Skul Drek rolled his shoulders, readying to strike. The way he fought wasn’t natural. There wasn’t a clash of steel against steel. When Skul Drek struck, it was more like he attacked something else, something beneath the flesh of the Berserkir.
The Berserkir snarled when the assassin slashed another ribbon of darkness across his body, forcing the warrior to a halt. A rabid bear in a trap.
Skul Drek whirled around and waved one hand. He didn’t shout. There was no scrape of his raspy, heavy voice in my head.
I blinked and spun toward the boy. “Run, Krisjan.” I could see the rooftop of his longhouse. “Go! Do not look back.”
He obeyed. Head down, the boy darted down the street, never once looking at the phantom who’d become a defender.
I took the bone dagger from my chamber in hand and watched as shadows clashed with a Stav blade. The Berserkirs were unstoppable. Iron and steel from blades could wound them, but rarely kill. But the lashes from Skul Drek’s mesmerizing darkness landed the warrior on his knees, yet I could not see a drop of blood.
Coils of dark tethers strangled the warrior’s thick neck. Positioned behind the Berserkir, Skul Drek moved his fiery eyes to find me.
He didn’t speak. He didn’t tell me to run. Heat flushed through my blood, and my heart quickened.
“Are you speaking to me?”
His skin was cold slate, but when his lips curled his sharp teeth gleamed against the darkness surrounding his head.
All at once, my body careened forward. Frosted wind pummeled my cheeks the same as in my bedchamber. Salt and smoke filled my lungs with each breath. Longhouses, sod rooftops, and cobbled roads were mirrored in dripping darkness.
Once again, he’d pulled me—perhaps my soul—into the mirrored space.
“Leave.” Skul Drek’s strained voice shattered my stun.
His darkness remained, but was now wrapped around a collision of different shades of gold. Here, the Berserkir’s glowing body was made of different shapes and angles. I could plainly see every different shade of each soul bone.
He was a thick slab of armor. From the bulging shards acrosshis skull, the ridges of his cheeks, his jaw, to a manipulated breastplate that shielded his heart and ribs. The warrior was hardly himself at all.
“He has locked on the boy and on me. The lust for blood will hunt us.”
“I will keep him,” Skul Drek snapped.
“But you…you cannot kill him, can you?” I could make out the lashes across the bones, doubtless made by the shadows. They acted like knives against the trapped souls in the bones. But none reached the Berserkir’s heart, his lungs, or his true skull.
I held my palms in front of me. The roar of the magic burned in my chest, the taste of ice and salt and smoke settled on my tongue.

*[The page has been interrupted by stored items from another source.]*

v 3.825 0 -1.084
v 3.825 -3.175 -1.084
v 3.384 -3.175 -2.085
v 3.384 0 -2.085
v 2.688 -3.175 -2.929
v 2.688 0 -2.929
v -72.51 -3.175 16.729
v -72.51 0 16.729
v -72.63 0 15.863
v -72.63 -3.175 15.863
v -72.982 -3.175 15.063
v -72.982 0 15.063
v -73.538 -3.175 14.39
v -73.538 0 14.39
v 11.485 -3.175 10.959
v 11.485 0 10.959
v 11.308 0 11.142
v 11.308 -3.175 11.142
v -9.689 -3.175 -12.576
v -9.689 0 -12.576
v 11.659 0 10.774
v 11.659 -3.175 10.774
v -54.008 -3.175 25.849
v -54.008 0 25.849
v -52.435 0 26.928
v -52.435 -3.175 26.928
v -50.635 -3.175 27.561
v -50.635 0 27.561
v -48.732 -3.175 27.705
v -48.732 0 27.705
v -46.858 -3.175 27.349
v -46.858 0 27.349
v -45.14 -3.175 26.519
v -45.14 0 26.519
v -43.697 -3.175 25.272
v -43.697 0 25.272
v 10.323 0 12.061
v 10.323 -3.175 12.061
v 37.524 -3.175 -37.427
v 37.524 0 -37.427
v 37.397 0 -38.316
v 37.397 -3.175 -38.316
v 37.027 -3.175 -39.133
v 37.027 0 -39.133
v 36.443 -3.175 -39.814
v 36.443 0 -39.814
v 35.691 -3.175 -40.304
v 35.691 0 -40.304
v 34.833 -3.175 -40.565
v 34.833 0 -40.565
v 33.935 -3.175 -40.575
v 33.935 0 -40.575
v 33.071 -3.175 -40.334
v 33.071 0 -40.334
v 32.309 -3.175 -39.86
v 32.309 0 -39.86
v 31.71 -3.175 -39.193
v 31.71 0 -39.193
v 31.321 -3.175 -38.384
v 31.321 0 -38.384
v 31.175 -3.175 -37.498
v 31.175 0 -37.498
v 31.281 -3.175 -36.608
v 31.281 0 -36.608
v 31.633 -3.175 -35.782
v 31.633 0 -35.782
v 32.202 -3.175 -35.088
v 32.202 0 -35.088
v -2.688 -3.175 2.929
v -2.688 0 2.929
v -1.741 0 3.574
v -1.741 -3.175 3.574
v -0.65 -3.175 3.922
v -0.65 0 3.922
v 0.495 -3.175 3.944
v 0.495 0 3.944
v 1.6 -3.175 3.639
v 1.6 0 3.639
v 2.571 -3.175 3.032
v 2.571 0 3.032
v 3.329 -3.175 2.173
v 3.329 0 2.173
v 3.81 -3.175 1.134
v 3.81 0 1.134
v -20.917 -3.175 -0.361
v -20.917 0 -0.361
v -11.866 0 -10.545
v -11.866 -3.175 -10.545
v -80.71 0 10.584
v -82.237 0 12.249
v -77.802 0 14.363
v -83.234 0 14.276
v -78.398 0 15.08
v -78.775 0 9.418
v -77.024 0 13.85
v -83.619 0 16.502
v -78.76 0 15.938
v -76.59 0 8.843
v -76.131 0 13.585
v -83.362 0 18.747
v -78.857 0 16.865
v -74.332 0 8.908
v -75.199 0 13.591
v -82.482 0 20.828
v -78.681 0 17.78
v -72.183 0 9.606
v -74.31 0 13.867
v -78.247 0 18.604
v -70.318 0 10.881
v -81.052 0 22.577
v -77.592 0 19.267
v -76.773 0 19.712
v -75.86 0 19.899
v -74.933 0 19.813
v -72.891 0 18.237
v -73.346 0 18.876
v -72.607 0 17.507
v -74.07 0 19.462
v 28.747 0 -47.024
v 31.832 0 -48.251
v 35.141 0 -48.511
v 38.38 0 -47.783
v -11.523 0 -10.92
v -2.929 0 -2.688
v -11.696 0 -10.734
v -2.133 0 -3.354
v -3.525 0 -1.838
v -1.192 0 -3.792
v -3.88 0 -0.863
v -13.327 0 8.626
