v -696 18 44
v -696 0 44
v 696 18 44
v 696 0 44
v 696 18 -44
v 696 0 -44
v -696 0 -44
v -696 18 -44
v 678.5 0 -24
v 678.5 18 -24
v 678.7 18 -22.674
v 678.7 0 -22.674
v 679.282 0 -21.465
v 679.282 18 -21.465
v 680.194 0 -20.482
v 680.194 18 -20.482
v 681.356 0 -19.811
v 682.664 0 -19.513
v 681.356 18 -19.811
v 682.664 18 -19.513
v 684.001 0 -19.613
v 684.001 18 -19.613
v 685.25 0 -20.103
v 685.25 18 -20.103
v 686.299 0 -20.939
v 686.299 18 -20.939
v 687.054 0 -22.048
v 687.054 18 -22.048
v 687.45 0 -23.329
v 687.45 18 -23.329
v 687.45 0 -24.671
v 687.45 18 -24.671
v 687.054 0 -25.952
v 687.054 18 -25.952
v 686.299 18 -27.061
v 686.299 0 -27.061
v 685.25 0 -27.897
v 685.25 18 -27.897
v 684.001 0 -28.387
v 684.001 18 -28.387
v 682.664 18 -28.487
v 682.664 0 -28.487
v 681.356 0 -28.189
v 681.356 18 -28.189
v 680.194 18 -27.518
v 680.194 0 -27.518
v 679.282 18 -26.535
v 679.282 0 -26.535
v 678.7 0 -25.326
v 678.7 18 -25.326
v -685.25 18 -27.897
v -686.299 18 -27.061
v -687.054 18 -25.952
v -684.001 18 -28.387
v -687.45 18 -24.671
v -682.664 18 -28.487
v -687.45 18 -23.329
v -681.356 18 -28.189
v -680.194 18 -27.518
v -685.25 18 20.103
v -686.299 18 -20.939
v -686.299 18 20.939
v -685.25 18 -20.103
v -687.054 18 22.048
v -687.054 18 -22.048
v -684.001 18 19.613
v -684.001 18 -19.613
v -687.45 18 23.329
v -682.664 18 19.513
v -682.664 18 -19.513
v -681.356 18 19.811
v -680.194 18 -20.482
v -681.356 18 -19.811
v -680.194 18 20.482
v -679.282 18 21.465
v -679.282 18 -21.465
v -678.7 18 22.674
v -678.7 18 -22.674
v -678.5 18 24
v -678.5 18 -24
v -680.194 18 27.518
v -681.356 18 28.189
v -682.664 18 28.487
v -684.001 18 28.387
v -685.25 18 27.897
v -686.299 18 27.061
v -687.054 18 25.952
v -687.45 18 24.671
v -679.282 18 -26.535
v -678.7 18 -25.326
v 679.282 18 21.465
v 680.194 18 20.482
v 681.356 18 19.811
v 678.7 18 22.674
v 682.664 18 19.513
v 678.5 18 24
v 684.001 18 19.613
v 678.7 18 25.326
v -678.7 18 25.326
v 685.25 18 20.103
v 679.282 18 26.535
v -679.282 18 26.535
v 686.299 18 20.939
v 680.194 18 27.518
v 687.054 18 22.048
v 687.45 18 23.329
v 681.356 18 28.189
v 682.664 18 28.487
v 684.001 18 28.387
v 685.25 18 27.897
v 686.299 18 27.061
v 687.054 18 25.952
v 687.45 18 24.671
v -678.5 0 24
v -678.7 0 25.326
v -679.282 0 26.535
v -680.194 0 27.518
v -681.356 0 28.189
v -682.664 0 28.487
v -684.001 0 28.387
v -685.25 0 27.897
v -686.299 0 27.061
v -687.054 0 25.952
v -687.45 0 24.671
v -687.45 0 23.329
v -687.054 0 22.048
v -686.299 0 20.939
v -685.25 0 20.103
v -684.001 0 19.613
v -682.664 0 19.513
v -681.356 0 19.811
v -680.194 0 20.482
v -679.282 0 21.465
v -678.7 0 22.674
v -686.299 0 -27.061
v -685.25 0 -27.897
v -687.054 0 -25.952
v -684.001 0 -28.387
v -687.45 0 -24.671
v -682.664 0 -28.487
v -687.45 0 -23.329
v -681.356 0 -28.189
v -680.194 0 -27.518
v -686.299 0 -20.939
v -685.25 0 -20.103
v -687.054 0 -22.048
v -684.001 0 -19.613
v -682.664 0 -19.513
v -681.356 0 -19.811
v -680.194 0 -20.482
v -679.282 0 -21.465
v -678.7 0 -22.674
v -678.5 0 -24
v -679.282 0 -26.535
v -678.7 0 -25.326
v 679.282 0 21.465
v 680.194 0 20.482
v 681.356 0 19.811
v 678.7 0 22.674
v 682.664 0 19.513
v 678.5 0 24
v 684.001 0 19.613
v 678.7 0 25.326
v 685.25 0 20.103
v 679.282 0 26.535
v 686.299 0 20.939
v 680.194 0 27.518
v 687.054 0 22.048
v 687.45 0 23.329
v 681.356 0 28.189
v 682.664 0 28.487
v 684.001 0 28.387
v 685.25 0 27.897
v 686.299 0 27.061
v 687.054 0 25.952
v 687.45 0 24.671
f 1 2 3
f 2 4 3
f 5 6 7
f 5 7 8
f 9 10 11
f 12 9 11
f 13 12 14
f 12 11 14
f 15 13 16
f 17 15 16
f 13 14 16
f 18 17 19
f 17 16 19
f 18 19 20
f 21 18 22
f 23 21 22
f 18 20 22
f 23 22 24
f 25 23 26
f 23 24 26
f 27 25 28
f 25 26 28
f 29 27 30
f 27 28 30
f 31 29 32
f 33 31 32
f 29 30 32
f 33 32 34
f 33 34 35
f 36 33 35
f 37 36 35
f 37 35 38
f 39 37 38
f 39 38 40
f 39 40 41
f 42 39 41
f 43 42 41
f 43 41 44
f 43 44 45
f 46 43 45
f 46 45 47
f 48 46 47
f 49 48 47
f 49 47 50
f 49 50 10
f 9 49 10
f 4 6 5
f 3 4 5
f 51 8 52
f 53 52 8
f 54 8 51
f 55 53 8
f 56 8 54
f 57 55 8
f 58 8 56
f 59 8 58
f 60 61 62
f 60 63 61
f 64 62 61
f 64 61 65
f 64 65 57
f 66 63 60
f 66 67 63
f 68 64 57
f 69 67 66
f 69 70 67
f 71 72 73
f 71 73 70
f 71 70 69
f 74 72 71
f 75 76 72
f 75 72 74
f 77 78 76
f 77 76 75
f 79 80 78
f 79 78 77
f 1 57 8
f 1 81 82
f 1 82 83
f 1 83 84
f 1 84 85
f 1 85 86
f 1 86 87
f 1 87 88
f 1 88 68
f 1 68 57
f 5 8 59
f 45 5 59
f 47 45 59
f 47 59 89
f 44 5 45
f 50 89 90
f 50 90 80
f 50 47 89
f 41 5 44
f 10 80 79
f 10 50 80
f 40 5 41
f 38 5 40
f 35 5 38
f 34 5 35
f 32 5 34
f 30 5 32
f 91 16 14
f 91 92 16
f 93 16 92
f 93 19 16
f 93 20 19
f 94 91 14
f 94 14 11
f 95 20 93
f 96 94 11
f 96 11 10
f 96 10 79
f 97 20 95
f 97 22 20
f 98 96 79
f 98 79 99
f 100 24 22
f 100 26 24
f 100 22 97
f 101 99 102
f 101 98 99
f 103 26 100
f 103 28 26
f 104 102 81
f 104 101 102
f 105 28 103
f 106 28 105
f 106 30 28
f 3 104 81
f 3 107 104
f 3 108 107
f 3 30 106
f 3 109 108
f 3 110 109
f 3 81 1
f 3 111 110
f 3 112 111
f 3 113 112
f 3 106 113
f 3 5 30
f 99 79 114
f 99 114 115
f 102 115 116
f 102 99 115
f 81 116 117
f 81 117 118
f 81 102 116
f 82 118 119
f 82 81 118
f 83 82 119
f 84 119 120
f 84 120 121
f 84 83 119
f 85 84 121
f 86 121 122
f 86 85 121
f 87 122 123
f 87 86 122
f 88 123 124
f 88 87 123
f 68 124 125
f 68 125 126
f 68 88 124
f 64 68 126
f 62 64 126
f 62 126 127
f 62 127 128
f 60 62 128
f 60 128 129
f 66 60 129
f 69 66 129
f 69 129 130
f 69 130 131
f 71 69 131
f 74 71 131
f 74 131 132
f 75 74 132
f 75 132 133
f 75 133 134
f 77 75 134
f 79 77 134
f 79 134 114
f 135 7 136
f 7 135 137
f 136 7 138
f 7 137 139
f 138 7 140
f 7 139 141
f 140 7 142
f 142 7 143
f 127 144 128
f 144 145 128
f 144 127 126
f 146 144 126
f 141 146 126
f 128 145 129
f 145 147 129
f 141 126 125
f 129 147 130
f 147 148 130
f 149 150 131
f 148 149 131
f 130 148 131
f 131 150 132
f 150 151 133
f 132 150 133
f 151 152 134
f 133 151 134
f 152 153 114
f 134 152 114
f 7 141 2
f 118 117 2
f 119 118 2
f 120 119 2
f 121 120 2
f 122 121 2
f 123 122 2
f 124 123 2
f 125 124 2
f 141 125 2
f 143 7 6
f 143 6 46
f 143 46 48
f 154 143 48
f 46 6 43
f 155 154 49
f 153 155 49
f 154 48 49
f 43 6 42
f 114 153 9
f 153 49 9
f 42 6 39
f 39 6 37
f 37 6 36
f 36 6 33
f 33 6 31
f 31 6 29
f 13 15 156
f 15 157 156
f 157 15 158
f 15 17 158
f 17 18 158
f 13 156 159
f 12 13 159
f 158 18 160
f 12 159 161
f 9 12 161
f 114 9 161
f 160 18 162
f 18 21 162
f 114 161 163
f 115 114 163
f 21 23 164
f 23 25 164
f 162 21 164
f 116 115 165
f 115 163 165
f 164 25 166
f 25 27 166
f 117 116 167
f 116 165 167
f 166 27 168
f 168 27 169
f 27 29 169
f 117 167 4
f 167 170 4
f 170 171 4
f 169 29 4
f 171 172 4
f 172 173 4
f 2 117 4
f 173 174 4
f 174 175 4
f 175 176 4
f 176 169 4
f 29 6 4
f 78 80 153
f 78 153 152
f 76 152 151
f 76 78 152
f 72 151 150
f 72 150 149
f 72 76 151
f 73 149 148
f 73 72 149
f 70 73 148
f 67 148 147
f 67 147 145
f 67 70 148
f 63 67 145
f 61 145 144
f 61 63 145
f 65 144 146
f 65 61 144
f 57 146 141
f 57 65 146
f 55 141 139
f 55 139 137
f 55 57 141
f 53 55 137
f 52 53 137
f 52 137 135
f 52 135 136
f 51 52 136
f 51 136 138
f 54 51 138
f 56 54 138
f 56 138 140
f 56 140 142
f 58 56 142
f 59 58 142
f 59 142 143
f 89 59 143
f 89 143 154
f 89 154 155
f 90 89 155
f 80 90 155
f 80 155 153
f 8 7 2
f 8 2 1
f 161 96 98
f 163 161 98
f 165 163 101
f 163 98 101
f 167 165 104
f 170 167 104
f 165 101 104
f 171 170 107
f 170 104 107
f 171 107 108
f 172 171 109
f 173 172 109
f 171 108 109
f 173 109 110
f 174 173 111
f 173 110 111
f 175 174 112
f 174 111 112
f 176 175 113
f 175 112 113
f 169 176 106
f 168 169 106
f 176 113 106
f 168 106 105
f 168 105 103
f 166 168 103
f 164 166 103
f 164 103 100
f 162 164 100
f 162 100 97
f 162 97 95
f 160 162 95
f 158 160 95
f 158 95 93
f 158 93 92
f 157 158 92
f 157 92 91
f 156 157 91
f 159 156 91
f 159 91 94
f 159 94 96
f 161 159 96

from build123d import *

# Parameters (mm, degrees)
F0_W     = 18
F0_H     = 88
F1_DEPTH = 696
F2_R     = 4.5
F3_DEPTH = 18.001


with BuildPart() as f1:
    # F0 (on Right) → F1 (new body)
    with BuildSketch(Plane.YZ):
        with Locations((9, 0)):
            Rectangle(F0_W, F0_H)
    extrude(amount=F1_DEPTH)

    # F2 (on face) → F3 (cut, through all)
    with BuildSketch(Plane(origin=(0, 18, 0), x_dir=(-1, 0, 0), z_dir=(0, 1, 0))):
        with Locations((-683, 24)):
            Circle(F2_R)
        with Locations((-683, -24)):
            Circle(F2_R)
    extrude(amount=-F3_DEPTH, mode=Mode.SUBTRACT)

    # F4: F1 across plane


with BuildPart() as f1_1:
    add(f1.part)
    add(f1.part.mirror(Plane.YZ))


solid = f1_1.part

“There is no time,” Skul Drek warned, as though he already knew what I was considering.
I ignored him and pressed both palms against a thick, jagged shard of a soul bone melded to the Berserkir’s ribs.
Through Tomas’s unwarranted mercy, I knew to unravel melded bone ached and burned on my own body. Dozens of stinging jabs prickled along my skin until the bone shifted under the Berserkir’s skin.
Narrow threads that had been fastened in place over the soul bones were still there, stitched by another melder’s craft. Like a hem on a skirt, I tugged on the threads, unstitching each one.
Skul Drek grunted when the Berserkir’s bright form shifted. He was fighting back.
“I can make him vulnerable.”
The assassin snapped his teeth again. “You wish for pain.”
“I know it is painful, but he is lost to the violence of corrupt bones. They are so armored we cannot even take his head. Tell me another way to kill him, or do you plan to battle him until the gods intervene?”
Skul Drek looked behind him into the nothingness. “Make haste.”
I returned my palms to the gilded stitches across a soul bone shielding the Berserkir’s neck. One by one, I unlaced the old melding. The bone snapped free and the warrior’s form jerked. Skul Drek tightened his shadows, holding the man in place.
I cried out, doubling over when the agony of unbreaking craft burned in my stomach.